Coronavirus : Compte rendu sur la volatilité et les occasions

Renseignements sur les conditions du marché et sur les décisions d’analyse et de gestion de portefeuille du Groupe de gestion des actions mondiales Templeton.

    Perspectives du Groupe de gestion des actions mondiales Templeton

    En complément de notre article précédent sur la volatilité et les occasions attribuables au coronavirus, voici des renseignements supplémentaires sur les conditions du marché, ainsi que sur nos décisions d’analyse et de gestion de portefeuille.

    Compte rendu et perspectives

    Les marchés boursiers mondiaux ont connu une volatilité historique au cours des dernières séances, les investisseurs vendant pratiquement tout, y compris les placements considérés comme des valeurs refuges. Le dollar américain a été une exception notable : la demande ayant vraisemblablement dépassé l’offre, ce qui a causé d’importants problèmes de liquidité au sein du marché des obligations de sociétés. Durant les périodes de tension exceptionnelle sur les marchés, les obligations du Trésor américain à long terme ont fait l’objet de ventes massives, à l’instar des actions, ce qui est contraire à leur comportement habituel. Le marché des titres adossés à des créances hypothécaires s’est enrayé et les fonds négociés en bourse ont commencé à se négocier à des cours nettement inférieurs à leur valeur liquidative. La Réserve fédérale américaine a été forcée de sortir l’artillerie lourde afin d’assurer la liquidité des marchés, réduisant les taux à zéro et redémarrant son programme d’assouplissement quantitatif.

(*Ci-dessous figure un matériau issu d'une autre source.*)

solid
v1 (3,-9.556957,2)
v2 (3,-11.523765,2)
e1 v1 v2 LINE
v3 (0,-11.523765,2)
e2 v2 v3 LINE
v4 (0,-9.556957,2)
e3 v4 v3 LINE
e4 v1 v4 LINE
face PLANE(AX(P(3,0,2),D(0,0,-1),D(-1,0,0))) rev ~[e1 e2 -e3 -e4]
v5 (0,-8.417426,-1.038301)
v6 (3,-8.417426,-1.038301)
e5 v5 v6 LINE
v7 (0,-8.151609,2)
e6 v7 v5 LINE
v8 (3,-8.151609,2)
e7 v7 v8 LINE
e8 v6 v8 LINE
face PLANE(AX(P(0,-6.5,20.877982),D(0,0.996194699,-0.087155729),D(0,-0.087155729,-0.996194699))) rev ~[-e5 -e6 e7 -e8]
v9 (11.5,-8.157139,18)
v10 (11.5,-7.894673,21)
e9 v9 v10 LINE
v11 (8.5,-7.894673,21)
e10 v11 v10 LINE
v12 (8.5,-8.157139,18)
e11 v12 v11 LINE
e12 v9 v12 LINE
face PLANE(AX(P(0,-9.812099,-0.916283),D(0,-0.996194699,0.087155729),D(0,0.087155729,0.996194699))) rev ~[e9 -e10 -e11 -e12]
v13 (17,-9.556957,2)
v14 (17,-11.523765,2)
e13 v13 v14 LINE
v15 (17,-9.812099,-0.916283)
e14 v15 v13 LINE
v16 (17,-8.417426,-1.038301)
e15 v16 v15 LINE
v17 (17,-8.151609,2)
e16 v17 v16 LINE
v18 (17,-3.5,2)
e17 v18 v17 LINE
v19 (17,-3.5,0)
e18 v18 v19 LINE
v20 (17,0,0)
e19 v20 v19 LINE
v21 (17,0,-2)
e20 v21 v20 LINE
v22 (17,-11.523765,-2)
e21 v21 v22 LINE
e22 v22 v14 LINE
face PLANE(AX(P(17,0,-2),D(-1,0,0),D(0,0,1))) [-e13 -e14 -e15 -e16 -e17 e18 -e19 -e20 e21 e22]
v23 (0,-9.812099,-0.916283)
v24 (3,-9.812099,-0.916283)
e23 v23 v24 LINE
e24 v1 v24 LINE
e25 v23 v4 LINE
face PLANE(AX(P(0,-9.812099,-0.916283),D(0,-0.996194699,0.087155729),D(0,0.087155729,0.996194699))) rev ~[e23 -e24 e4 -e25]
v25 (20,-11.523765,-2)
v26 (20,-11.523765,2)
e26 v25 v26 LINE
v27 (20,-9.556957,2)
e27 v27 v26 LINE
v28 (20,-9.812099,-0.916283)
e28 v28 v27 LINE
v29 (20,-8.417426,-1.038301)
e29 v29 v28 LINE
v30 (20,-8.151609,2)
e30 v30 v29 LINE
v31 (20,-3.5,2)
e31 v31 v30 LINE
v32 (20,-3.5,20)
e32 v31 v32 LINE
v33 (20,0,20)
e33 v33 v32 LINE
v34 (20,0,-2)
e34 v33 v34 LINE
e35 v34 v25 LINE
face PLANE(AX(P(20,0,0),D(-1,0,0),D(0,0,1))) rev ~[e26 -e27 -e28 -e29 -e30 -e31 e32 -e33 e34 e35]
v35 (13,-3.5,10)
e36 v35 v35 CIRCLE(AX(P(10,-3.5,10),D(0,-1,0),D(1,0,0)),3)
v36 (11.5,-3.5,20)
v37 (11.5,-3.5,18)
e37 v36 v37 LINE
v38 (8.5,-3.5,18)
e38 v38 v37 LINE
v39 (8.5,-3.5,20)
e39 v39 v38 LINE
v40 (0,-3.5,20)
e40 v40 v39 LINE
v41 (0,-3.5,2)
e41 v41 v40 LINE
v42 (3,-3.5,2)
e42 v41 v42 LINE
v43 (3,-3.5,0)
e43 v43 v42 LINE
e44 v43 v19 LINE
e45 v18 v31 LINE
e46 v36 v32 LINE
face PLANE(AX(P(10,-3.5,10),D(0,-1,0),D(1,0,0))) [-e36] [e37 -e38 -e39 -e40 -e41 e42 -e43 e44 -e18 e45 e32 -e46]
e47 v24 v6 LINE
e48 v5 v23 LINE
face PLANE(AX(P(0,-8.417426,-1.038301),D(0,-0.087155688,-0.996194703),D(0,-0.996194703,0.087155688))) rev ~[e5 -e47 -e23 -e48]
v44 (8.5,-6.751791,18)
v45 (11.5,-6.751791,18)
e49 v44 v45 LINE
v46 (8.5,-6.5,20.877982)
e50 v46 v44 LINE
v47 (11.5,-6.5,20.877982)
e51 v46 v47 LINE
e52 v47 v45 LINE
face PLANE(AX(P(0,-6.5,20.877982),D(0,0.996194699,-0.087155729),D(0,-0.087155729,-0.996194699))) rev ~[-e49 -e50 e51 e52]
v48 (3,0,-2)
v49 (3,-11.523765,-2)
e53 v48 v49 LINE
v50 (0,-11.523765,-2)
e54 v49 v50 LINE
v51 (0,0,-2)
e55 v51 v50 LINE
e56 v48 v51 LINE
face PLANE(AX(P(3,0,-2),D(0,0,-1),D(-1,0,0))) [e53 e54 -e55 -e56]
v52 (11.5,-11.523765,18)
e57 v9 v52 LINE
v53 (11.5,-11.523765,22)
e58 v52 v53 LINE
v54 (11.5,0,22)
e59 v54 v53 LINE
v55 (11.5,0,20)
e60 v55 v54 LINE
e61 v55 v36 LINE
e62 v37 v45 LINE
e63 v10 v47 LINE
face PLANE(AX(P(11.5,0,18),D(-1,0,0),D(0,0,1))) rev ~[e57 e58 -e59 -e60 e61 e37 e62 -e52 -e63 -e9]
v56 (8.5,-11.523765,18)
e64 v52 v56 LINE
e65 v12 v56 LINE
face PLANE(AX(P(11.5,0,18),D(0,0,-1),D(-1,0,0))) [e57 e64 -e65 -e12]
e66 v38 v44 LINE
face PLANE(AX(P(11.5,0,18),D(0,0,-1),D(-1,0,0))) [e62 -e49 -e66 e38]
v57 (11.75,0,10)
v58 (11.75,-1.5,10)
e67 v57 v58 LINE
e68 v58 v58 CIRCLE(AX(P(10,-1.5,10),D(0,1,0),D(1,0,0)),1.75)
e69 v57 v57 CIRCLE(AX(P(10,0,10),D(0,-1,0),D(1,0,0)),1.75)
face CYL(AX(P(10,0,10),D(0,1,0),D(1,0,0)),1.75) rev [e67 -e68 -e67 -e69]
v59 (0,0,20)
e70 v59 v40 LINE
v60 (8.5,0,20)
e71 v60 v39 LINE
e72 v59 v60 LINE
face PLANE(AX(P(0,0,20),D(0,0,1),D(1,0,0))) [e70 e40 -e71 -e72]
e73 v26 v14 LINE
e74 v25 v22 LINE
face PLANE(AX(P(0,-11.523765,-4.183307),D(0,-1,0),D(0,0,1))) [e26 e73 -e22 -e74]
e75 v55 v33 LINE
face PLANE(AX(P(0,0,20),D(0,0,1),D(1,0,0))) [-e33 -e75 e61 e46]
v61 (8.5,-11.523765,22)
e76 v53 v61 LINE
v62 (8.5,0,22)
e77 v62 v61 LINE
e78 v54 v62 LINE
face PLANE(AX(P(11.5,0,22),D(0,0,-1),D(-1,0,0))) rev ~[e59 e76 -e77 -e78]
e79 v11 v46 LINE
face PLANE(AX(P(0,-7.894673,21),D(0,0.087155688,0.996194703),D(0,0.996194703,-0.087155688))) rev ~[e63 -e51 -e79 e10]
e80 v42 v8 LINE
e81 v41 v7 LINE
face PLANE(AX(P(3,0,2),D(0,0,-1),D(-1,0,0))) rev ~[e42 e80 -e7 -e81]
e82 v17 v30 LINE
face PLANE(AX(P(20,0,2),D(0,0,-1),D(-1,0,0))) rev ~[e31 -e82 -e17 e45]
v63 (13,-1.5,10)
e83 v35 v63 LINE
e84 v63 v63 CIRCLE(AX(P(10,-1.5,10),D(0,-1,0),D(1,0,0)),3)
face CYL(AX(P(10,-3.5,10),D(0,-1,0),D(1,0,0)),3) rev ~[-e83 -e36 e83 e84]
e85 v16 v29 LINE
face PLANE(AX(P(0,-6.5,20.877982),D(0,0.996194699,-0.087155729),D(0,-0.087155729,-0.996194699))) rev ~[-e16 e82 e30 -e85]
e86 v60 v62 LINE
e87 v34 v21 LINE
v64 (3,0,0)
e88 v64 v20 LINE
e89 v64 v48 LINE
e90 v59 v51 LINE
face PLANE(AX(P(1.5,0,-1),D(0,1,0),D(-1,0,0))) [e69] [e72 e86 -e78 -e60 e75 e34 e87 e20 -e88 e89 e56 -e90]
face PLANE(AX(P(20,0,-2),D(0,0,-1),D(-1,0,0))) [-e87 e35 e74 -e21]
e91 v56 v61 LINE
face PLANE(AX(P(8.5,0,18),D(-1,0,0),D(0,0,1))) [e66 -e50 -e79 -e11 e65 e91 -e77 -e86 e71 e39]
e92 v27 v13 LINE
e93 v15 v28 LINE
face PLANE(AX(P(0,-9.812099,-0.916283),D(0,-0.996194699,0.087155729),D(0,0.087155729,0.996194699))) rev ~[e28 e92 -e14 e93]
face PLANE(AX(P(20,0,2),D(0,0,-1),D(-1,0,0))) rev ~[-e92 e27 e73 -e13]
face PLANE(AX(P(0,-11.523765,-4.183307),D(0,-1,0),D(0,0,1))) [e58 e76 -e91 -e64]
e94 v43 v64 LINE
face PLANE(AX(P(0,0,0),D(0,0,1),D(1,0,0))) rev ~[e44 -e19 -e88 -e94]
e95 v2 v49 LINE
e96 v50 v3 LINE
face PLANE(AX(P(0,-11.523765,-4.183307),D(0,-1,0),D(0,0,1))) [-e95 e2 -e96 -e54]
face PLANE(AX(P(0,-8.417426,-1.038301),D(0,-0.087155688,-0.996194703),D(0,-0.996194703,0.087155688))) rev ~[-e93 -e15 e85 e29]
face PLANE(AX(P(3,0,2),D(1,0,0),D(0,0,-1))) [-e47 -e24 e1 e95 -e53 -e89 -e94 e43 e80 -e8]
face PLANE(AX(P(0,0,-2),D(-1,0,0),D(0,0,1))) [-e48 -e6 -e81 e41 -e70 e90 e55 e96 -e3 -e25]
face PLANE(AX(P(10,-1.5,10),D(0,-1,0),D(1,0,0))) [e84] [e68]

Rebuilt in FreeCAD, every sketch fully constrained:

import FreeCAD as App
import Part
import Sketcher
Q = App.Units.Quantity


def add_polygon(sketch, points):
    """Adds a closed chain of lines whose ends are joined by coincident constraints."""
    first, n = sketch.GeometryCount, len(points)
    for a, b in zip(points, points[1:] + points[:1]):
        sketch.addGeometry(Part.LineSegment(App.Vector(*a, 0), App.Vector(*b, 0)), False)
    for i in range(n):
        sketch.addConstraint(Sketcher.Constraint("Coincident", first + i, 2, first + (i + 1) % n, 1))

doc = App.newDocument("Part")
body = doc.addObject("PartDesign::Body", "Body")

# Sketch on XZ plane
sketch1 = body.newObject("Sketcher::SketchObject", "Sketch")
sketch1.AttachmentSupport = (doc.getObject("XZ_Plane"), [""])
sketch1.MapMode = "FlatFace"
add_polygon(sketch1, [(0, 20), (0, 0), (20, 0), (20, 20)])  # lines 0-3
sketch1.addGeometry(Part.Circle(App.Vector(10, 10, 0), App.Vector(0, 0, 1), 1.8), False)  # 4
sketch1.addConstraint(Sketcher.Constraint("Vertical", 0))
sketch1.addConstraint(Sketcher.Constraint("Horizontal", 1))
sketch1.addConstraint(Sketcher.Constraint("Vertical", 2))
sketch1.addConstraint(Sketcher.Constraint("Horizontal", 3))
sketch1.addConstraint(Sketcher.Constraint("Coincident", 0, 2, -1, 1))
sketch1.addConstraint(Sketcher.Constraint("Equal", 3, 0))
sketch1.addConstraint(Sketcher.Constraint("Diameter", 4, Q("3.5 mm")))
sketch1.addConstraint(Sketcher.Constraint("DistanceX", 1, 1, 1, 2, Q("20 mm")))
sketch1.addConstraint(Sketcher.Constraint("DistanceX", -1, 1, 4, 3, Q("10 mm")))
sketch1.addConstraint(Sketcher.Constraint("DistanceY", -1, 1, 4, 3, Q("10 mm")))
pad1 = body.newObject("PartDesign::Pad", "Pad")
pad1.Profile = sketch1
pad1.Length = 3.5

# Sketch on XZ plane
sketch2 = body.newObject("Sketcher::SketchObject", "Sketch001")
sketch2.AttachmentSupport = (doc.getObject("XZ_Plane"), [""])
sketch2.MapMode = "FlatFace"
sketch2.AttachmentOffset = App.Placement(App.Vector(0, 0, 3.5), App.Rotation())
sketch2.addGeometry(Part.Circle(App.Vector(10, 10, 0), App.Vector(0, 0, 1), 3), False)
sketch2.addConstraint(Sketcher.Constraint("Diameter", 0, Q("6 mm")))
sketch2.addConstraint(Sketcher.Constraint("DistanceX", -1, 1, 0, 3, Q("10 mm")))
sketch2.addConstraint(Sketcher.Constraint("DistanceY", -1, 1, 0, 3, Q("10 mm")))
pocket1 = body.newObject("PartDesign::Pocket", "Pocket")
pocket1.Profile = sketch2
pocket1.Length = 2

# Sketch on XZ plane
sketch3 = body.newObject("Sketcher::SketchObject", "Sketch002")
sketch3.AttachmentSupport = (doc.getObject("XZ_Plane"), [""])
sketch3.MapMode = "FlatFace"
add_polygon(sketch3, [(3, -2), (0, -2), (0, 2), (3, 2)])  # lines 0-3
add_polygon(sketch3, [(11.5, 22), (11.5, 18), (8.5, 18), (8.5, 22)])  # lines 4-7
add_polygon(sketch3, [(20, 2), (20, -2), (17, -2), (17, 2)])  # lines 8-11
sketch3.addConstraint(Sketcher.Constraint("Horizontal", 0))
sketch3.addConstraint(Sketcher.Constraint("Vertical", 1))
sketch3.addConstraint(Sketcher.Constraint("Horizontal", 2))
sketch3.addConstraint(Sketcher.Constraint("Vertical", 3))
sketch3.addConstraint(Sketcher.Constraint("Vertical", 4))
sketch3.addConstraint(Sketcher.Constraint("Horizontal", 5))
sketch3.addConstraint(Sketcher.Constraint("Vertical", 6))
sketch3.addConstraint(Sketcher.Constraint("Horizontal", 7))
sketch3.addConstraint(Sketcher.Constraint("Vertical", 8))
sketch3.addConstraint(Sketcher.Constraint("Horizontal", 9))
sketch3.addConstraint(Sketcher.Constraint("Vertical", 10))
sketch3.addConstraint(Sketcher.Constraint("Horizontal", 11))
sketch3.addConstraint(Sketcher.Constraint("Symmetric", 0, 2, 1, 2, -1, 1))
sketch3.addConstraint(Sketcher.Constraint("Horizontal", 3, 2, 8, 2))
sketch3.addConstraint(Sketcher.Constraint("Horizontal", 2, 2, 10, 2))
sketch3.addConstraint(Sketcher.Constraint("Equal", 2, 5))
sketch3.addConstraint(Sketcher.Constraint("Equal", 7, 9))
sketch3.addConstraint(Sketcher.Constraint("Equal", 3, 4))
sketch3.addConstraint(Sketcher.Constraint("DistanceX", 0, 2, 0, 1, Q("3 mm")))
sketch3.addConstraint(Sketcher.Constraint("DistanceY", 1, 1, 1, 2, Q("4 mm")))
sketch3.addConstraint(Sketcher.Constraint("DistanceY", -1, 1, 4, 2, Q("18 mm")))
sketch3.addConstraint(Sketcher.Constraint("DistanceX", -1, 1, 8, 2, Q("20 mm")))
sketch3.addConstraint(Sketcher.Constraint("DistanceX", -1, 1, 4, 2, Q("11.5 mm")))
pad2 = body.newObject("PartDesign::Pad", "Pad001")
pad2.Profile = sketch3
pad2.Length = 15

# Sketch on YZ plane
sketch4 = body.newObject("Sketcher::SketchObject", "Sketch003")
sketch4.AttachmentSupport = (doc.getObject("YZ_Plane"), [""])
sketch4.MapMode = "FlatFace"
add_polygon(sketch4, [(-7.9, 21), (-6.5, 20.9), (-8.4, -1), (-9.8, -0.9)])  # lines 0-3
add_polygon(sketch4, [(-11.5, 23.8), (-11.5, -4.2), (-16.6, -4.2), (-16.6, 23.8)])  # lines 4-7
sketch4.addConstraint(Sketcher.Constraint("Vertical", 4))
sketch4.addConstraint(Sketcher.Constraint("Horizontal", 5))
sketch4.addConstraint(Sketcher.Constraint("Vertical", 6))
sketch4.addConstraint(Sketcher.Constraint("Horizontal", 7))
sketch4.addConstraint(Sketcher.Constraint("Perpendicular", 0, 1))
sketch4.addConstraint(Sketcher.Constraint("Perpendicular", 1, 2))
sketch4.addConstraint(Sketcher.Constraint("Perpendicular", 2, 3))
sketch4.addConstraint(Sketcher.Constraint("Angle", 0, Q("-4.999997 deg")))
sketch4.addConstraint(Sketcher.Constraint("Distance", 1, Q("22 mm")))
sketch4.addConstraint(Sketcher.Constraint("DistanceY", -1, 1, 3, 2, Q("21 mm")))
sketch4.addConstraint(Sketcher.Constraint("Distance", 0, Q("1.4 mm")))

Si qui que ce soit doutait de la gravité de la situation, ce n’est désormais plus le cas. Selon notre scénario de base, une récession mondiale est maintenant inévitable. Nous ne croyons pas que les politiques monétaires peuvent stimuler la croissance de manière importante. Les mesures budgétaires annoncées semblent peut-être impressionnantes, mais elles prennent beaucoup de temps à se matérialiser. En bref, le monde a changé.

    D’après nous, ces dernières années, les investisseurs sur les marchés boursiers sont devenus obsédés par le momentum et ont perdu de vue les données fondamentales. Les analystes trentenaires ont grandi dans un monde où le capital était essentiellement gratuit et où la simple possibilité d’une idée « perturbatrice » entraînait des valorisations exorbitantes. L’âge moyen des analystes de notre équipe est de 46 ans. Nous avons traversé des cycles. Le capital-investissement a également tiré parti du momentum tout au long du cycle. Inévitablement, les partisans de ce secteur diront que la volatilité des marchés publics illustre à quel point les marchés privés sont supérieurs. Toutefois, nous sommes fortement préoccupés par les marchés de capitaux privés depuis quelque temps. Malgré les excès au sein des marchés publics, les actifs des marchés privés présentent sans doute plus souvent une évaluation erronée.  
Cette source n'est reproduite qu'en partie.